The Memorandum in response to the Report provides some clarity on the application of the earnings stripping measure. With regard to the balance of interest that is subject to the deduction limitation, it is noted that operational lease payments do not fall within its scope. However, it does include handling fees and other costs. Interest income that is included in the tax base pursuant to the proposed CFC rule of Section 15ab Corporate Income Tax Act 1969 (CITA) is not part of the interest balance, although adjustments pursuant to Section 8b CITA are. With regard to the adjusted profit (the EBITDA) on which the 30% is calculated, it was noted that the creation of a reinvestment reserve results in a lower profit and thus a lower adjusted profit (EBITDA) and consequently a larger deduction limitation.
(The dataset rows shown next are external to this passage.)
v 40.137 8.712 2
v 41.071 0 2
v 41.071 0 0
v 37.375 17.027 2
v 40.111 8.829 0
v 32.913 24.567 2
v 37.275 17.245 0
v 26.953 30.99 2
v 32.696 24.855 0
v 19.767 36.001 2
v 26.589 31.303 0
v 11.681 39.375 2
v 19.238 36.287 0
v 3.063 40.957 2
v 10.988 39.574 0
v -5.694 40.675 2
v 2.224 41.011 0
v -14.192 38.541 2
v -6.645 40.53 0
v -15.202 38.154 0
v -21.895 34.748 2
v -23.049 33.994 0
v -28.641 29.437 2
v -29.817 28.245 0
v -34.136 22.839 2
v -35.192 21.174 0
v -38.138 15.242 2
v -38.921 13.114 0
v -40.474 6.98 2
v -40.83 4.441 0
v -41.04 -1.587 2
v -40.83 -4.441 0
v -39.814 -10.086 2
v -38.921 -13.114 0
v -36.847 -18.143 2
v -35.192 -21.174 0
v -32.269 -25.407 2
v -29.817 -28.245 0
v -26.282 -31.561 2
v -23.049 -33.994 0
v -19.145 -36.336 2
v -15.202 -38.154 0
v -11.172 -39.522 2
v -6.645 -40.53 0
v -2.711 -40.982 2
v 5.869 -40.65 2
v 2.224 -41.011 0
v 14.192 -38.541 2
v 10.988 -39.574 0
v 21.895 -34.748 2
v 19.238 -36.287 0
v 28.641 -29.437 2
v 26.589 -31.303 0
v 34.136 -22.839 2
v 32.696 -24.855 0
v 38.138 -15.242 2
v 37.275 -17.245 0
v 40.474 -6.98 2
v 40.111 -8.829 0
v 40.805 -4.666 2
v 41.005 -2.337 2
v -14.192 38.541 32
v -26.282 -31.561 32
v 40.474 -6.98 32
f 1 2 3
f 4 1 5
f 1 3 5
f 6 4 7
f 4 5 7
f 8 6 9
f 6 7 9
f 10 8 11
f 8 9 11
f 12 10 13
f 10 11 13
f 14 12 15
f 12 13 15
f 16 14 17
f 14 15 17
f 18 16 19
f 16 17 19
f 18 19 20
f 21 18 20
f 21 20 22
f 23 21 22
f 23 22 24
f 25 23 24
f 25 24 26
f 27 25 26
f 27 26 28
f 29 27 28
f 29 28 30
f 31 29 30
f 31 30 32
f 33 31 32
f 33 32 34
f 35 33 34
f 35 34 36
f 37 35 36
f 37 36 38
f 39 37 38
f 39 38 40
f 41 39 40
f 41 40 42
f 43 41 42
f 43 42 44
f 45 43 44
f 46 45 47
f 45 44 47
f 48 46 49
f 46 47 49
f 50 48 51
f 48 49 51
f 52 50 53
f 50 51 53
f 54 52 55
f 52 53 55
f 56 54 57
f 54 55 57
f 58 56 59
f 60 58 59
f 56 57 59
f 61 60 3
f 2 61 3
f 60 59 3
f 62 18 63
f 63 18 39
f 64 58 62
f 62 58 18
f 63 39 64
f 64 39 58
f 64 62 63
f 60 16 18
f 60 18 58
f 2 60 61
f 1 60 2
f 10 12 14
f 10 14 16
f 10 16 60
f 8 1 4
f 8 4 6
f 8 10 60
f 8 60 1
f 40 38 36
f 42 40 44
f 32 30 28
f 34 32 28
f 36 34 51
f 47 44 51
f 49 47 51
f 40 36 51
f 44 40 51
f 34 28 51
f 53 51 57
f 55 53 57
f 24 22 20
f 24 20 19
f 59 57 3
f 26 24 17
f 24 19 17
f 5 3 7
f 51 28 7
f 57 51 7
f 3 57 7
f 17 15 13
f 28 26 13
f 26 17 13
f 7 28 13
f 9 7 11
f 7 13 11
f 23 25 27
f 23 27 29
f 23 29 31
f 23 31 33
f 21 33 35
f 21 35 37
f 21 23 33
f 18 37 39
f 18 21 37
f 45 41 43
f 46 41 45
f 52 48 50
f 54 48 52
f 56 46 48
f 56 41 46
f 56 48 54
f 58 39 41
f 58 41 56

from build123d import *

# Parameters (mm, degrees)
F0_R     = 41.071152
F1_DEPTH = 2
F3_DEPTH = 30


with BuildPart() as f1:
    # F0 (on Top) → F1 (new body)
    with BuildSketch(Plane.XY):
        Circle(F0_R)
    extrude(amount=F1_DEPTH)

    # F2 (on face) → F3 (join)
    with BuildSketch(Plane.XY.offset(2)):
        Polygon((40.473684, -6.980005), (-14.19198, 38.541241), (-26.281704, -31.561236), align=None)
    extrude(amount=F3_DEPTH)


solid = f1.part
The government confirmed that taxpayers using the Innovation Box may face a larger deduction limitation sooner.

6. 30% ruling

The term of the 30% ruling will be shortened from eight to five years as of January 1, 2019. Transitional rules have been introduced for existing cases, which means that the 30% ruling will end on December 31, 2020, or sooner if the eight-year term ends before this date. A 10-year period sometimes still applies in old cases; the deadline here is also December 31, 2020. Although not explicitly stated, we assume that if the transitional rules are taken advantage of, it will also be possible to apply the rules for partial foreign taxpayer status during the transitional period.

7. DMS current account measure

The Deputy Minister reiterated that the announced DMS current account measure will be relaxed (effective date January 1, 2022). In addition to existing home acquisition debt, new home acquisition debt will also be excepted. The joint indebtedness of the DMS and their partner to their companies will then be limited to a maximum of EUR 500,000. A draft bill will be opened for public consultation in the autumn of 2018 or the beginning of 2019, after which the definitive bill will be presented to the Lower House in the spring of 2019.

8. Gradual reduction of benefit derived from tax deduction items (including alimony)

The 2019 Tax Plan states that it will eventually (in 2023) only be possible to deduct certain items, such as alimony and donations, at the low rate in the first bracket (37.05%) and no longer at the top rate of 49.5%. That represents a difference of 12.45%! As of January 1, 2020, the deduction will be gradually reduced. Many questions were raised about alimony in particular, because it can significantly affect income. It has been confirmed that when determining the alimony standards in new situations, account will be taken of the fact that the benefit derived from the deduction of alimony will be smaller. For existing situations, the tax amendment may be reason to revise current agreements. Parties can proceed to revise current agreements in mutual consultation either via a mediator, lawyer or court.

9. Remittance reduction for maritime shipping

As of January 1, 2019, the maritime shipping remittance reduction for sail-powered commercial cruising vessels (CCV) will be aligned with the renewed approval granted by the European Commission. This renewed approval will apply through to December 31, 2022.

10. Expansion of VAT exemption for sport

The transitional rules for the expansion of the VAT exemption for sport will be brought more in line with its intention: to avoid the recovery of VAT charged on the construction of sport accommodation having to be corrected as a result of the expansion of the VAT exemption for sport. This change means that no correction will take place for immovable and movable property, irrespective of the date on which it was or will be brought into use. That the correction can only be disregarded insofar as it is the result of the expansion of the VAT exemption for sport, will continue unchanged.